• Task to carry out:
Locate the line that contains "#40=EDGE_CURVE('',#14,#27,#39,.T.);" in the entries below, then repeat it and every following line through the line that contains "# FreeCAD 1.0 macro for this part", exactly, and no others.

• Data for review:
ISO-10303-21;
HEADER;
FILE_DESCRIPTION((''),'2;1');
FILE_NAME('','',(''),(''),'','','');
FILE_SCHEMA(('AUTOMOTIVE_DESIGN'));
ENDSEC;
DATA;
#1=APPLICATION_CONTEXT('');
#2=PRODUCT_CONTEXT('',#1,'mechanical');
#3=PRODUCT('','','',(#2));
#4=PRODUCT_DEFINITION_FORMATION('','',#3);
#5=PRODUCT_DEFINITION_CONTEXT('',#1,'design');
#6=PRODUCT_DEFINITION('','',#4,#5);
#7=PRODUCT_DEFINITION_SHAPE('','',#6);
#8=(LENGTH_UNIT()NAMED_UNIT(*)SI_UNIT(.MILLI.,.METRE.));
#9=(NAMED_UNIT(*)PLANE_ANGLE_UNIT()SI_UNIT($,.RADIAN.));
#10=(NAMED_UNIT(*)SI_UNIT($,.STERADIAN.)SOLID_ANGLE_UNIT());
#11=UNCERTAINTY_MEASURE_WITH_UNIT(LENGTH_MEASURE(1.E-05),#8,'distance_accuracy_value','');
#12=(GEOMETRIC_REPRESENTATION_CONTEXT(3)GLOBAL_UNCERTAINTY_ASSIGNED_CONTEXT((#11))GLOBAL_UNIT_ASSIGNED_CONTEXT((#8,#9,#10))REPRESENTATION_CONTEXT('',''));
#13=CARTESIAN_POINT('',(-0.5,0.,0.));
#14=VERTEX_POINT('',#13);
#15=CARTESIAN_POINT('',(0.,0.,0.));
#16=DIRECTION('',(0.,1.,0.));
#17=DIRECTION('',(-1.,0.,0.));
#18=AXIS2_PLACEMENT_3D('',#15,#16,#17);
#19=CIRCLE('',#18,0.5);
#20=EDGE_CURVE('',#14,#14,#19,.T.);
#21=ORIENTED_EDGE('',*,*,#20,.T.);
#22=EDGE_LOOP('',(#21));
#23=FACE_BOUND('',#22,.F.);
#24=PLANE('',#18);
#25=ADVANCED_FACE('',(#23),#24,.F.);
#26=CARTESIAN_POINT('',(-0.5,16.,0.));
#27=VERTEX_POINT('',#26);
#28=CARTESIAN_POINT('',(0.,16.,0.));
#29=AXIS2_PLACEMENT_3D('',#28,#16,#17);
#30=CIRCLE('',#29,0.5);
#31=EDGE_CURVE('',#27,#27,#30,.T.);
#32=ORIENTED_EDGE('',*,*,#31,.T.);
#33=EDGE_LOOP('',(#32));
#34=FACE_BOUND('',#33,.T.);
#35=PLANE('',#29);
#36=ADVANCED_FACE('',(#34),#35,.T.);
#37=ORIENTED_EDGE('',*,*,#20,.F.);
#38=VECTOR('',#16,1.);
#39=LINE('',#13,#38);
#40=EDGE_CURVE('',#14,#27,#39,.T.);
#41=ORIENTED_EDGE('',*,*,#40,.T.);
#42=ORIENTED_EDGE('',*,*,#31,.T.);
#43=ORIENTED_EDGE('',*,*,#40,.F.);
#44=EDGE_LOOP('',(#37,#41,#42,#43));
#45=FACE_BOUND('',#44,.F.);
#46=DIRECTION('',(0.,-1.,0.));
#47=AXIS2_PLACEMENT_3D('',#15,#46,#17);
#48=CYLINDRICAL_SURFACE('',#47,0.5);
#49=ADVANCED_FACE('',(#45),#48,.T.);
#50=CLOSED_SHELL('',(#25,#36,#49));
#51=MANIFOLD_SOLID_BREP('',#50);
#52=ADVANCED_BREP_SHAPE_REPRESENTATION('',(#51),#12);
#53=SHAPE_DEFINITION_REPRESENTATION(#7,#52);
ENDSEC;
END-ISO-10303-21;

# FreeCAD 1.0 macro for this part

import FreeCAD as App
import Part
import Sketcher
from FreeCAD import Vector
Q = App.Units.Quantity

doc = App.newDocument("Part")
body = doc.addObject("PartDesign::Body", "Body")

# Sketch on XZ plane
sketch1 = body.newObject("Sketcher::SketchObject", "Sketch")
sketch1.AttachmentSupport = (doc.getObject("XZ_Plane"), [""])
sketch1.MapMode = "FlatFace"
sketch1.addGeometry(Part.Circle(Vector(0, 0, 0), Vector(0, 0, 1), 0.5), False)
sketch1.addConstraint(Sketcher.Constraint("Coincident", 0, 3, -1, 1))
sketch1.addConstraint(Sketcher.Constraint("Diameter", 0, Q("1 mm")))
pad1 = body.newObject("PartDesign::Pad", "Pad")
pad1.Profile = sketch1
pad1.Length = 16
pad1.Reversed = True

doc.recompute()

• Completed exercise:
#40=EDGE_CURVE('',#14,#27,#39,.T.);
#41=ORIENTED_EDGE('',*,*,#40,.T.);
#42=ORIENTED_EDGE('',*,*,#31,.T.);
#43=ORIENTED_EDGE('',*,*,#40,.F.);
#44=EDGE_LOOP('',(#37,#41,#42,#43));
#45=FACE_BOUND('',#44,.F.);
#46=DIRECTION('',(0.,-1.,0.));
#47=AXIS2_PLACEMENT_3D('',#15,#46,#17);
#48=CYLINDRICAL_SURFACE('',#47,0.5);
#49=ADVANCED_FACE('',(#45),#48,.T.);
#50=CLOSED_SHELL('',(#25,#36,#49));
#51=MANIFOLD_SOLID_BREP('',#50);
#52=ADVANCED_BREP_SHAPE_REPRESENTATION('',(#51),#12);
#53=SHAPE_DEFINITION_REPRESENTATION(#7,#52);
ENDSEC;
END-ISO-10303-21;

# FreeCAD 1.0 macro for this part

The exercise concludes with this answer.